Our previous work with aluminium-containing adjuvants was based on single antigens. Here, we report on experiments aimed at formulating WCA, a complex mixture of antigens, with aluminum adjuvants. The goal was to determine the formulation that induced the maximum antibody and IL-17 response, two critical components of a protective immune response against S. pneumoniae [6]. These studies for the first time demonstrate that the type of aluminum-containing adjuvants (AH vs. AP) affects the magnitude and quality of the antibody response as well as the Th17 CD4+ T cell response to WCA.

Methods

Mice

All experiments involving mice were conducted in accordance with NIH guidelines for the care and use of experimental animals and were approved by the Purdue University Animal Care and Use Committee. Seven week old female C57BL/6J mice were purchased from the Jackson Laboratory (Bar Harbor, ME). Mice were maintained in a conventional barrier facility, exposed to a 12 h light/12 h dark cycle, and allowed free access to water and LabDiet 5015 (Purina Mills, Richmond, IN, USA). They were acclimated for one week, and injected with 50 μl of vaccine intramuscularly in each hind leg (100 μL/mouse) two or three times with a two-week interval. Immediately prior to the last injection, blood was collected from the facial vein. Two weeks after the last injection, mice were anesthetized, blood was collected in heparinized tubes, and the mice were euthanized. Serum and plasma were separated by centrifugation at 14,000 × g for 10 min and stored at -80°C until analysis.

Vaccine preparations

The whole cell bacterial antigen (WCA) consists of a suspension of strain Rx1E, a capsule-deficient, autolysin-negative mutant of Streptococcus pneumoniae, killed by treatment with beta-propiolactone [19]. The stock solution (prepared by Instituto Butantan, Sao Paulo, Brazil) contained 1010 cells/mL (corresponding with 10 mg protein/mL) in Ringer's solution.
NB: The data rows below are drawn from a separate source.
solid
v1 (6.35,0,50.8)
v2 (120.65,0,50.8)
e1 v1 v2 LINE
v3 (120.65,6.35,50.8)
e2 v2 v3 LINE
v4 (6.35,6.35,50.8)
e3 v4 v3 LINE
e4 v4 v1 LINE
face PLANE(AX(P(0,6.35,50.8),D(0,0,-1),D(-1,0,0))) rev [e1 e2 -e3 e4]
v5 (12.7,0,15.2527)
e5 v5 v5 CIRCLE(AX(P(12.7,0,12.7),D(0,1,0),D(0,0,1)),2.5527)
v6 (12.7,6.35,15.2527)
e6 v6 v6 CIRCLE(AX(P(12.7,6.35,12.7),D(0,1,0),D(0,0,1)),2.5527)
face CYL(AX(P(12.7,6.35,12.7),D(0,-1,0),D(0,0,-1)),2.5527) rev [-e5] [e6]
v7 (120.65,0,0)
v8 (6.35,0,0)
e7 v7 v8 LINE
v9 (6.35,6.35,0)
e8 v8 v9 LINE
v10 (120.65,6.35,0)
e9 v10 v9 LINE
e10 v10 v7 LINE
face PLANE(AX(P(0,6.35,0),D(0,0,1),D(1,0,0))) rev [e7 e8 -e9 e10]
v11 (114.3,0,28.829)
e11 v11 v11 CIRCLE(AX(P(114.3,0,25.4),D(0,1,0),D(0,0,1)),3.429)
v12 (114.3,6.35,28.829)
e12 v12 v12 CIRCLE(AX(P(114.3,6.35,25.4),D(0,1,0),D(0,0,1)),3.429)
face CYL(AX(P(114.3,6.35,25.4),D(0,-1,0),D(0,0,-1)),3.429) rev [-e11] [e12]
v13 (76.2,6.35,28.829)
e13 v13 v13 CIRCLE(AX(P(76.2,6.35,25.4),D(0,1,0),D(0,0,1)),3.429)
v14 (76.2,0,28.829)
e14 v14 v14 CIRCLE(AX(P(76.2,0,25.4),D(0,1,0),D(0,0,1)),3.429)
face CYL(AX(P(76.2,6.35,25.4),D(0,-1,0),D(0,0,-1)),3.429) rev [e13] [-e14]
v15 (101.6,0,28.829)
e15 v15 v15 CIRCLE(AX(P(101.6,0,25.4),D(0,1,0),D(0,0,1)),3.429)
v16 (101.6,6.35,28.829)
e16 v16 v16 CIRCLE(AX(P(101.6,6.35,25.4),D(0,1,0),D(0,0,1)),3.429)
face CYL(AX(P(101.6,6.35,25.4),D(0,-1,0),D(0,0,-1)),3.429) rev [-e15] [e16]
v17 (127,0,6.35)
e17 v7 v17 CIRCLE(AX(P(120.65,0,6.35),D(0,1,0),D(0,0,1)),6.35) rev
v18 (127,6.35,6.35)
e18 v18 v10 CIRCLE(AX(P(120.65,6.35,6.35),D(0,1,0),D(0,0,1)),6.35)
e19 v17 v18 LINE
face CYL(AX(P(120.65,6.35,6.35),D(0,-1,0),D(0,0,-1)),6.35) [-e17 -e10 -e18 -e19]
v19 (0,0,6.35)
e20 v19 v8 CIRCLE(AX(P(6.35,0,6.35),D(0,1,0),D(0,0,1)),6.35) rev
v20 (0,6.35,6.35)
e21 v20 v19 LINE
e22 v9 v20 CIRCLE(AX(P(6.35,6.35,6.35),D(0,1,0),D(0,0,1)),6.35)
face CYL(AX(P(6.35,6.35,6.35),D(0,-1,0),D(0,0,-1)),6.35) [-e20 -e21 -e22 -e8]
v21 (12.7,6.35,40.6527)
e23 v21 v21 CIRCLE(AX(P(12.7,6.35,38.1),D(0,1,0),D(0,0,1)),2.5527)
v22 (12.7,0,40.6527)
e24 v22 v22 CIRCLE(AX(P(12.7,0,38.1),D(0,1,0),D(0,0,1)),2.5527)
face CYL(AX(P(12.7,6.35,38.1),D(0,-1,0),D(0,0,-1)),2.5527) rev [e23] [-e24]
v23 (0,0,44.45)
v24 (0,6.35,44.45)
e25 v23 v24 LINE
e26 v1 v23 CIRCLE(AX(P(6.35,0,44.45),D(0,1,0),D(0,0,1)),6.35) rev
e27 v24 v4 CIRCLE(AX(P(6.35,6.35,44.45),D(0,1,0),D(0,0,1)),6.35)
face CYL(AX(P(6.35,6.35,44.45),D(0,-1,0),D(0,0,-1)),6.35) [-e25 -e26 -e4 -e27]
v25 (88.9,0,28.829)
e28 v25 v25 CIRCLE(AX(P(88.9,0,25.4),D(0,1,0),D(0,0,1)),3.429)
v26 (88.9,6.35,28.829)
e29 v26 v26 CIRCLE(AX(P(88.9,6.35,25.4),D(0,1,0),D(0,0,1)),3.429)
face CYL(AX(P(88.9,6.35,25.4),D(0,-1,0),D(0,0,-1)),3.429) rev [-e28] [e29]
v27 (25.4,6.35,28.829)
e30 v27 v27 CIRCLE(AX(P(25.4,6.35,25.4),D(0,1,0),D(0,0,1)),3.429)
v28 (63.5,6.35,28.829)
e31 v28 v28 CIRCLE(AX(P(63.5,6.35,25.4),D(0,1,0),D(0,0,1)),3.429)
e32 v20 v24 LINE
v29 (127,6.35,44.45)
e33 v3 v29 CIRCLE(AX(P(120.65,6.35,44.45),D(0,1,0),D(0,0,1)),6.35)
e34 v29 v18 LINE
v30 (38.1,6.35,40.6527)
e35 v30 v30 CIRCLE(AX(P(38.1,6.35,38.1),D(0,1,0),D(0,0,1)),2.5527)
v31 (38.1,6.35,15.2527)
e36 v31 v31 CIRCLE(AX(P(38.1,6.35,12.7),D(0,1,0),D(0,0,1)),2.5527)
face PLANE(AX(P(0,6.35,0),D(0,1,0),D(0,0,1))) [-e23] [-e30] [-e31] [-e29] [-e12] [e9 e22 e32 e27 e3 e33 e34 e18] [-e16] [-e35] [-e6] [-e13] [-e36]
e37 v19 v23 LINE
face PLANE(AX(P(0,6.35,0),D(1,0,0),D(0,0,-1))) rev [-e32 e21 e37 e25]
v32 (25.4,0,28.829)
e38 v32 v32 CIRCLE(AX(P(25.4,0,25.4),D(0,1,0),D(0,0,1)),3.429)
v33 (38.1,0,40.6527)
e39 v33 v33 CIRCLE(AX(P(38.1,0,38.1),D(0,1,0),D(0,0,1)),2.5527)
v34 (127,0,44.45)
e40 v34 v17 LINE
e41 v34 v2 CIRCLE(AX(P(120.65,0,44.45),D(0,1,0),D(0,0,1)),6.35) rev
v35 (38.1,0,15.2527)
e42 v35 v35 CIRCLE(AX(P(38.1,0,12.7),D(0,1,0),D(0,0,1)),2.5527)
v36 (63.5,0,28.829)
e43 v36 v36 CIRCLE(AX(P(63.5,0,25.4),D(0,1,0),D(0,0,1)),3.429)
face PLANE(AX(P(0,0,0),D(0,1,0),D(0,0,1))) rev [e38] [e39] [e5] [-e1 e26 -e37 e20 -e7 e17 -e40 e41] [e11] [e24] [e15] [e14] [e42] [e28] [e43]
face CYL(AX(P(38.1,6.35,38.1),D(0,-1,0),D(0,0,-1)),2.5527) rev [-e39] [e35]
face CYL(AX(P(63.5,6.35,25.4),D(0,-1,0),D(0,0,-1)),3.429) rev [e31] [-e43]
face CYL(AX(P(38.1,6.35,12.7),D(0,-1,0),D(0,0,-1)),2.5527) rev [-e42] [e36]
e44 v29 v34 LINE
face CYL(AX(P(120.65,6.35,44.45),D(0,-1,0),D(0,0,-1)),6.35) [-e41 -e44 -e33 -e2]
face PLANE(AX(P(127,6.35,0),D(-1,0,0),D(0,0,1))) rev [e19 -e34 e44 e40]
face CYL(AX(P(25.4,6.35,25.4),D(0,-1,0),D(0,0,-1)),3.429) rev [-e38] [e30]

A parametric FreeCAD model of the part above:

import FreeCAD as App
import Part
import Sketcher

V = App.Vector
Q = App.Units.Quantity


def edges_at(feature, points):
    """Names of the edges that pass closest to the given points."""
    edges = feature.Shape.Edges
    near = lambda p: min(range(len(edges)), key=lambda i: edges[i].distToShape(Part.Vertex(*p))[0])
    return sorted({f"Edge{near(p) + 1}" for p in points})


def add_polygon(sketch, points):
    """Adds a closed chain of lines whose ends are joined by coincident constraints."""
    first, n = sketch.GeometryCount, len(points)
    for a, b in zip(points, points[1:] + points[:1]):
        sketch.addGeometry(Part.LineSegment(App.Vector(*a, 0), App.Vector(*b, 0)), False)
    for i in range(n):
        sketch.addConstraint(Sketcher.Constraint("Coincident", first + i, 2, first + (i + 1) % n, 1))

doc = App.newDocument("Part")
body = doc.addObject("PartDesign::Body", "Body")

# Sketch on XZ plane
sketch1 = body.newObject("Sketcher::SketchObject", "Sketch")
sketch1.AttachmentSupport = (doc.getObject("XZ_Plane"), [""])
sketch1.MapMode = "FlatFace"
add_polygon(sketch1, [(0, 0), (0, 50.8), (127, 50.8), (127, 0)])  # lines 0-3
sketch1.addGeometry(Part.Circle(V(12.7, 38.1, 0), V(0, 0, 1), 2.6), False)  # 4
sketch1.addGeometry(Part.Circle(V(38.1, 38.1, 0), V(0, 0, 1), 2.6), False)  # 5
sketch1.addGeometry(Part.Circle(V(25.4, 25.4, 0), V(0, 0, 1), 3.4), False)  # 6
sketch1.addGeometry(Part.Circle(V(63.5, 25.4, 0), V(0, 0, 1), 3.4), False)  # 7
sketch1.addGeometry(Part.Circle(V(12.7, 12.7, 0), V(0, 0, 1), 2.6), False)  # 8
sketch1.addGeometry(Part.Circle(V(38.1, 12.7, 0), V(0, 0, 1), 2.6), False)  # 9
sketch1.addGeometry(Part.Circle(V(76.2, 25.4, 0), V(0, 0, 1), 3.4), False)  # 10
sketch1.addGeometry(Part.Circle(V(88.9, 25.4, 0), V(0, 0, 1), 3.4), False)  # 11
sketch1.addGeometry(Part.Circle(V(101.6, 25.4, 0), V(0, 0, 1), 3.4), False)  # 12
sketch1.addGeometry(Part.Circle(V(114.3, 25.4, 0), V(0, 0, 1), 3.4), False)  # 13
sketch1.addConstraint([
    Sketcher.Constraint("Vertical", 0),
    Sketcher.Constraint("Horizontal", 1),
    Sketcher.Constraint("Vertical", 2),
    Sketcher.Constraint("Horizontal", 3),
    Sketcher.Constraint("Coincident", 3, 2, -1, 1),
    Sketcher.Constraint("Equal", 4, 5),
    Sketcher.Constraint("Equal", 6, 7),
    Sketcher.Constraint("Equal", 5, 8),
    Sketcher.Constraint("Equal", 8, 9),
    Sketcher.Constraint("Equal", 7, 10),
    Sketcher.Constraint("Equal", 10, 11),
    Sketcher.Constraint("Equal", 11, 12),
    Sketcher.Constraint("Equal", 12, 13),
    Sketcher.Constraint("Horizontal", 4, 3, 5, 3),
    Sketcher.Constraint("Horizontal", 6, 3, 7, 3),
    Sketcher.Constraint("Horizontal", 8, 3, 9, 3),
    Sketcher.Constraint("Horizontal", 7, 3, 10, 3),
    Sketcher.Constraint("Horizontal", 10, 3, 11, 3),
    Sketcher.Constraint("Horizontal", 11, 3, 12, 3),
    Sketcher.Constraint("Horizontal", 12, 3, 13, 3),
    Sketcher.Constraint("Vertical", 4, 3, 8, 3),
    Sketcher.Constraint("Vertical", 5, 3, 9, 3),
    Sketcher.Constraint("Diameter", 6, Q("0.27 in")),
    Sketcher.Constraint("DistanceX", 1, 1, 1, 2, Q("5 in")),
    Sketcher.Constraint("DistanceY", 0, 1, 0, 2, Q("2 in")),
    Sketcher.Constraint("Diameter", 4, Q("0.201 in")),
    Sketcher.Constraint("DistanceX", -1, 1, 6, 3, Q("1 in")),
    Sketcher.Constraint("DistanceY", -1, 1, 6, 3, Q("1 in")),
    Sketcher.Constraint("DistanceX", -1, 1, 10, 3, Q("3 in")),
    Sketcher.Constraint("DistanceX", -1, 1, 12, 3, Q("4 in")),
    Sketcher.Constraint("DistanceX", 4, 3, 5, 3, Q("1 in")),
    Sketcher.Constraint("DistanceX", 5, 3, 7, 3, Q("1 in")),
    Sketcher.Constraint("DistanceY", 8, 3, 4, 3, Q("1 in")),
    Sketcher.Constraint("DistanceX", 7, 3, 11, 3, Q("1 in")),
    Sketcher.Constraint("DistanceX", 11, 3, 13, 3, Q("1 in")),
    Sketcher.Constraint("DistanceX", -1, 1, 4, 3, Q("0.5 in")),
    Sketcher.Constraint("DistanceY", -1, 1, 4, 3, Q("1.5 in")),
])
pad1 = body.newObject("PartDesign::Pad", "Pad")
pad1.Profile = sketch1
pad1.Length = Q("0.25 in")
pad1.Reversed = True
doc.recompute()

fillet = body.newObject("PartDesign::Fillet", "Fillet")
fillet.Base = (pad1, edges_at(pad1, [
    (0, 3.175, 0),
    (127, 3.175, 0),
    (127, 3.175, 50.8),
    (0, 3.175, 50.8),
]))
fillet.Radius = Q("0.25 in")

doc.recompute()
Vaccines were prepared with 4 different adjuvants. Aluminum hydroxide adjuvant (Alhydrogel "85" 2%) and AP (AdjuPhos) were obtained from Brenntag Biosector (Denmark). Phosphate-treated AH (PTAH) and phosphate treated AP (PTAP) were prepared by mixing the adjuvants with 60 mM phosphate buffer for 16 hours at room temperature.

Vaccines were prepared aseptically by adding different amounts of WCA as indicated in the text to adjuvants at 1.2 mg Al/mL and mixing for 1 h at room temperature.

Adsorption isotherms

Vaccines were prepared as described above with different WCA concentrations. After incubation for 1 h at 4°C, the suspension was layered over a 60% sucrose gradient and centrifuged for 20 minutes at 1,500 × g to separate non-adsorbed WCA from adsorbed WCA. The supernatant was collected and protein content was determined by bicinchoninic acid protein assay (Pierce, Rockford, IL) in triplicate. The adsorption data was plotted according to the linear form of the Langmuir equation. The adsorptive coefficient was calculated as the slope/intercept and the adsorptive capacity was calculated as the reciprocal of the slope.

Light microscopy of vaccine preparations

The bacterial cells in WCA were stained with gentian violet prior to mixing with AH and AP. The stained cells were mixed with each adjuvant and examined by light microscopy using a 100× oil immersion objective.

Anti-WCA ELISA

Ninety-six well plates were coated with WCA (108/mL) overnight, blocked with 5% fetal calf serum diluted in PBS, and incubated with serially diluted standard and serum or plasma samples starting at a 1:100 dilution. The plates were then incubated with peroxidase-labeled goat anti-mouse IgG (Sigma, St. Louis, MO), followed by 3,3',5,5' - tetramethylbenzidine substrate. After addition of a 2 N sulfuric acid stop solution the color intensity was measured in a microplate reader (Biotek, Winooski, VT) at 450 nm. A standard curve was constructed using serum with high antibody titer, arbitrarily set at 120,000 U/mL.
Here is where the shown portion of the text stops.